An obvious choice for a Dinky collector will of course be cost. The beauty of such a wide range of models available means plenty of price points are also possible.

If you love Dinky and do have a bit of cash to splash, then the earliest models may be ones to target. While prices have softened over the years, collectors are still prepared to shell out for toys in the right condition.

Tennants’ sale of Toys, Models, Collectables & Sporting Items in Leyburn, North Yorkshire, on April 5 had a good example.

Dinky toys dating from the firm’s infancy will fetch good prices, especially the classic vans featuring advertising on the side. Vans were among the first ranges, designed to add trackside realism to Hornby train sets. As well as the delivery van, they comprised a tank, a tractor, a sports coupe, a motor truck and an open sports car, and immediately captured the public imagination.

At Tennants, a pre-war Dinky 28M 1st Type Wakefield Castrol Motor Oil van with purple wheels, in excellent condition, sold for £1300 (plus 18.5% buyer’s premium) against an estimate of £800-1200.

As another recent example of a single pre-war delivery van offered at auction, on February 21 this year Penzance saleroom David Lay sold a 28K Marsh’s Sausages for a low-estimate hammer price of £900.

Berkshire boom-time

In March last year, Berkshire auction house Special Auction Services sold another pre-war Dinky Toys 28M 1st Type Wakefield’s Castrol Delivery Van for a mid-estimate hammer price of £1200. Three months later SAS offered a No.28/1 first-issue set of six Dinky 1st Type delivery vans in original yellow trade box with replacement dividers. Estimated at £7000-10,000, it sold for £11,000 hammer.

Back on November 20, 2014, SAS offered two 1934 Dinky 28 Series Delivery Van with estimates of £10,000-15,000. One set made £20,000 and the other £19,000.
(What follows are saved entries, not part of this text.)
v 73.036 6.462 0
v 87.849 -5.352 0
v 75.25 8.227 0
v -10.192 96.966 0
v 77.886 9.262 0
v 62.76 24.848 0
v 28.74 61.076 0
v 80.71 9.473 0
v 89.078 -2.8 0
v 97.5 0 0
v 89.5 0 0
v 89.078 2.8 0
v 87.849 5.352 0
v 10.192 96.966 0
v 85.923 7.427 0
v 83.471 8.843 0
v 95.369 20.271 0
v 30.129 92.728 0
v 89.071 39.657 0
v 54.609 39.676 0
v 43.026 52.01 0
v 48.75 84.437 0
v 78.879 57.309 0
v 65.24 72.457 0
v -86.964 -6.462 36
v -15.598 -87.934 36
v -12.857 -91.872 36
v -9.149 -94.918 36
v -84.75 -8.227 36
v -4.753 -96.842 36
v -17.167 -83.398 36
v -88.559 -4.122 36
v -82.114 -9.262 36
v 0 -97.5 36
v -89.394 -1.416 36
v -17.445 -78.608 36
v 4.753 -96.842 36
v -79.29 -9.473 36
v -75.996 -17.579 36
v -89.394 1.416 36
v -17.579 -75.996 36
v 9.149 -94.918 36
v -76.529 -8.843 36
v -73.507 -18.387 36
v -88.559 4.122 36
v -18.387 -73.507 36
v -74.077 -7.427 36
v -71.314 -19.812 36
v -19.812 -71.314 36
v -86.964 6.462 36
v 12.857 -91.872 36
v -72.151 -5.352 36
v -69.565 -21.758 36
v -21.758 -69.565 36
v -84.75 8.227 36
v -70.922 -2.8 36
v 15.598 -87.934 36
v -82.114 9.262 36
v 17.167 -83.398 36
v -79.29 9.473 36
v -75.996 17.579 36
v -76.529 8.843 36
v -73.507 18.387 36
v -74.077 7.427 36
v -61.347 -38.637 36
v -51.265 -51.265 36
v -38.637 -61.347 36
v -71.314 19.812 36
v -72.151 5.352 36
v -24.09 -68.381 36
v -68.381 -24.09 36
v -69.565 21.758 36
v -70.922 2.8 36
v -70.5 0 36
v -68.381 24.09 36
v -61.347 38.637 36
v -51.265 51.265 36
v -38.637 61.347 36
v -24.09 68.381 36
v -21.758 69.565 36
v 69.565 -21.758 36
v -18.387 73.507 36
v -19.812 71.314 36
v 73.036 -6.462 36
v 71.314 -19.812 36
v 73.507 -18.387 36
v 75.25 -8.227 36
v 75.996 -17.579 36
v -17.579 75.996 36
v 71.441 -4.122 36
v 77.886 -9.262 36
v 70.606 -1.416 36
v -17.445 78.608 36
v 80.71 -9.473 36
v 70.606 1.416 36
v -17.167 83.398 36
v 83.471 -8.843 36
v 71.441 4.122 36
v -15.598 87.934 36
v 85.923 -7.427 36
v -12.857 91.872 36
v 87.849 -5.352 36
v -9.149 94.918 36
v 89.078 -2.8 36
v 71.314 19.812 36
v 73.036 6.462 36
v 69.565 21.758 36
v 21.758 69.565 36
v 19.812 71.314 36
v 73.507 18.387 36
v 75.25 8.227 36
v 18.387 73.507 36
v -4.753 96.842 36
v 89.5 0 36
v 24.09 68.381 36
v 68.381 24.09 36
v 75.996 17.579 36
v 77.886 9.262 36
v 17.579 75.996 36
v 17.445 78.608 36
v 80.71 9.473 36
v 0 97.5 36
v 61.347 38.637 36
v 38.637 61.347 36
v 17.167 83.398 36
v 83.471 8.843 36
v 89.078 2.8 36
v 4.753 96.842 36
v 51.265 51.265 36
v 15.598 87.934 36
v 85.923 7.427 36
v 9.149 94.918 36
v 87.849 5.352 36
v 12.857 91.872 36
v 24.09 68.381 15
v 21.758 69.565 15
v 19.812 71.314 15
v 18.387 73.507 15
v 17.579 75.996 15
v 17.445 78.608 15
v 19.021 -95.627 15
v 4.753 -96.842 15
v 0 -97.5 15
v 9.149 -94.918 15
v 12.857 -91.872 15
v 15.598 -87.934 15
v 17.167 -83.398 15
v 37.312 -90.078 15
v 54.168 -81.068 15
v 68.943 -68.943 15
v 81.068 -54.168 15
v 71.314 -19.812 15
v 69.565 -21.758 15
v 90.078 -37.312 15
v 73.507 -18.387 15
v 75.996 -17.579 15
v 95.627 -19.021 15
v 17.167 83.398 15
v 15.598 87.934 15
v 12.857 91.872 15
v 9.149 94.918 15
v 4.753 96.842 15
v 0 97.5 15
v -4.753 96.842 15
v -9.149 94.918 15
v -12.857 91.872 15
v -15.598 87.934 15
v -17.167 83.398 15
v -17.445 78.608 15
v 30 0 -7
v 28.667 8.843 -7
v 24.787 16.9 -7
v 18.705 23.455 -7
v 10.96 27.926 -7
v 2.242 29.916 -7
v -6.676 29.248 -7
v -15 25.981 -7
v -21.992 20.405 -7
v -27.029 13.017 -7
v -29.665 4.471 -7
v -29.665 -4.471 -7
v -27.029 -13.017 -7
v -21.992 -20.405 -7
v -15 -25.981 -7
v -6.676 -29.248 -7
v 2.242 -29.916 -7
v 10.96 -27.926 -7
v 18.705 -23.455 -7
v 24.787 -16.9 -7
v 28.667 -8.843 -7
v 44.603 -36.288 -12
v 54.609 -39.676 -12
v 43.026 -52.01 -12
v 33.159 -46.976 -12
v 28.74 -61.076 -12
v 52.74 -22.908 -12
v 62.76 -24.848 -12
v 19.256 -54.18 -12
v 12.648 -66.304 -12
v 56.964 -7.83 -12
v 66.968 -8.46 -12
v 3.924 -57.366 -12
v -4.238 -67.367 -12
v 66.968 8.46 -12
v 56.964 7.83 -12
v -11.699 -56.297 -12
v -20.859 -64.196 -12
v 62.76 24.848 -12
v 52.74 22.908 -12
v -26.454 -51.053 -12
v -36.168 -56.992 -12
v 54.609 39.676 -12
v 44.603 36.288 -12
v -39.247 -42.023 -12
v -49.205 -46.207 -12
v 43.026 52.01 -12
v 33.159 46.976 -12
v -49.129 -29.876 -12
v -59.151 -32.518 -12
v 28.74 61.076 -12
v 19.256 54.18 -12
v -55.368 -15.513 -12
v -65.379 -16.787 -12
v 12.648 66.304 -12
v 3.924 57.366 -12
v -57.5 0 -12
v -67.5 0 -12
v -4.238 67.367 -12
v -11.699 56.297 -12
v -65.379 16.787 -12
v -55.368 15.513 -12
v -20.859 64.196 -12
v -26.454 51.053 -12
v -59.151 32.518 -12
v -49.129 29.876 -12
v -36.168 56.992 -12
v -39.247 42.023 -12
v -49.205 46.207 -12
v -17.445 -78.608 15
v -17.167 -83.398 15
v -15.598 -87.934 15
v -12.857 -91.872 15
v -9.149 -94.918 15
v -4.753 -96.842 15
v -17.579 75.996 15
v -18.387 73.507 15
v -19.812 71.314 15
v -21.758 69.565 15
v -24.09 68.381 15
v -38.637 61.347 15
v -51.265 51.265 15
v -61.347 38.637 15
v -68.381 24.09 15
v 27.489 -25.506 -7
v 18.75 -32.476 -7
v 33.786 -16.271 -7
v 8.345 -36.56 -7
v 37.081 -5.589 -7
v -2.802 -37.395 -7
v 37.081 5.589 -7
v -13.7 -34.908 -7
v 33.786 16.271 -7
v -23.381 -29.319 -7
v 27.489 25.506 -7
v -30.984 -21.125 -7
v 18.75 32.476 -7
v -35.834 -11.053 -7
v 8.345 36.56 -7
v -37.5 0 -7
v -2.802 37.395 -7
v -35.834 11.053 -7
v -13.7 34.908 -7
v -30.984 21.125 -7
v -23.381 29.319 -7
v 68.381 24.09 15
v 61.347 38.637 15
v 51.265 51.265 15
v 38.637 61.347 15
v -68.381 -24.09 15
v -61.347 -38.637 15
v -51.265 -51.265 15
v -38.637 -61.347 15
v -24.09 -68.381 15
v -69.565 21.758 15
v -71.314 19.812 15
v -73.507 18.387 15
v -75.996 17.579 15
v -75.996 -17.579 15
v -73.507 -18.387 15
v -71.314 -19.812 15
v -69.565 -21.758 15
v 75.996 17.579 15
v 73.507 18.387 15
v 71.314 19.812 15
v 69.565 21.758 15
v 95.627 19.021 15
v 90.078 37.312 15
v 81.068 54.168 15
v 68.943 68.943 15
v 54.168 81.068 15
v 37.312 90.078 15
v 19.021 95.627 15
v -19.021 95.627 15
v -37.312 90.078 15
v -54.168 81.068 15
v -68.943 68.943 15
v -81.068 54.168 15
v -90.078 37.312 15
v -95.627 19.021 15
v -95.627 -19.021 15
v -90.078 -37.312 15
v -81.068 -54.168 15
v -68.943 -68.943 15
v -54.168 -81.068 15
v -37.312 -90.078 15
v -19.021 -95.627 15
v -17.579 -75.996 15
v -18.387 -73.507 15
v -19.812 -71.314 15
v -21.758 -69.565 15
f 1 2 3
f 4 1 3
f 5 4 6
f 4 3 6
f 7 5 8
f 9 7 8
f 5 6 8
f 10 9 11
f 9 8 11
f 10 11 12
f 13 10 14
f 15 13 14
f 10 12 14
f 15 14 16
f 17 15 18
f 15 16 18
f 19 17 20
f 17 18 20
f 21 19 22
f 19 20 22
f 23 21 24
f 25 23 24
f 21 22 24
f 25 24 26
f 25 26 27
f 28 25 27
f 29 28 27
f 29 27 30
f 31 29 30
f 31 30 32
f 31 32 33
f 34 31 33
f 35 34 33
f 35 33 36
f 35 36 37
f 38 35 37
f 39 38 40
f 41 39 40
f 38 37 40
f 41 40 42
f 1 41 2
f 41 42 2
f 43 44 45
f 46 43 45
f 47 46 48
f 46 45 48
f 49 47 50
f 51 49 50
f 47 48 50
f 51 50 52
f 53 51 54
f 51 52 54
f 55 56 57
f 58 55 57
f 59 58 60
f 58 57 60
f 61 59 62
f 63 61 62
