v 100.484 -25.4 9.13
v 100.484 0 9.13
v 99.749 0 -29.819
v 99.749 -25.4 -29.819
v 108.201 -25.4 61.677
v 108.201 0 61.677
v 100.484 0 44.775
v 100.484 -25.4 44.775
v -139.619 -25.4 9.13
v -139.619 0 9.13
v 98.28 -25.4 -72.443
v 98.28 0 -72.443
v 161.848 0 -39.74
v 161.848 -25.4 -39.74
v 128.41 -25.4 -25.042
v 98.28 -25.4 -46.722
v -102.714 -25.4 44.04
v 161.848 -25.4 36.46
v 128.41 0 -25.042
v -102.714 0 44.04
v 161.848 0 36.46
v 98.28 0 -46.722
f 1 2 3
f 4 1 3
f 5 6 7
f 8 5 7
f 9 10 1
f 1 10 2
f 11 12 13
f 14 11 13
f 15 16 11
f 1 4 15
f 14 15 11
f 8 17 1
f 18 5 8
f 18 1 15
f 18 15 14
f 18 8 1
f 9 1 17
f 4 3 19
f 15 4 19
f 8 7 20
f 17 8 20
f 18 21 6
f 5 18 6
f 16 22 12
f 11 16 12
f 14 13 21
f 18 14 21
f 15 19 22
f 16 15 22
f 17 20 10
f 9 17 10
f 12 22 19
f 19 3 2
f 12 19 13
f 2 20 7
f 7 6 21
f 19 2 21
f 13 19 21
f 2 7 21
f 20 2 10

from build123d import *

# Parameters (mm, degrees)
F1_DEPTH = 25.4


with BuildPart() as f1:
    # F0 (on Front) → F1 (new body)
    with BuildSketch(Plane.XZ):
        Polygon((100.484227, 44.774892), (-102.714445, 44.039994), (-139.619038, 9.130239), (100.484227, 9.130239), align=None)
        Polygon((108.200631, 61.677491), (100.484227, 44.774892), (100.484227, 9.130239), (99.749338, -29.819235), (128.410263, -25.042412), (98.279542, -46.721838), (98.279542, -72.44319), (161.848029, -39.740331), (161.848029, 36.459669), align=None)
    extrude(amount=F1_DEPTH)


solid = f1.part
They came for sale from the families of two leading collectors of Dinky Toys, John Westcombe and Julien Loffet, who had both died recently. On the suggestion of SAS specialist Hugo Marsh, the two collections were united for what he called a once-in-a-lifetime sale.

At the time, he told Antiques Trade Gazette: “These two yellow trade boxes contain the very first Dinky Toys ever made that featured advertising on them. To have two boxes in the same sale is unheard of - up until now it had never happened before.”

In March 2008 Vectis of Stockton-on-Tees sold the so-called 5th Avenue Collection, which included both another first issue box of six 1st Type vans, for £30,000.

Rare sale visitors

WEB Cottees van 11-4-17.jpg

The very rare pre-war 2nd Type Dinky 280j Fenwick delivery van, c.1939, offered at Poole auction house Cottees in January last year which sold for £3100 hammer.

While condition counts, the importance of rarity is demonstrated by a pre-war 2nd Type Dinky 280j Fenwick delivery van, c.1939, offered at Poole auction house Cottees in January last year.

It was catalogued as “a very good example of this hard to find promotional model of which there is believed to only be six in existence”. Estimated at £3000-5000, it made £3100 hammer.

In that March 2008 auction Vectis offered a single Dinky No.22d van bearing the name WE Boyce, a cycle shop in Archway Road in Highgate, north London. This apparently unique survivor achieved £17,000.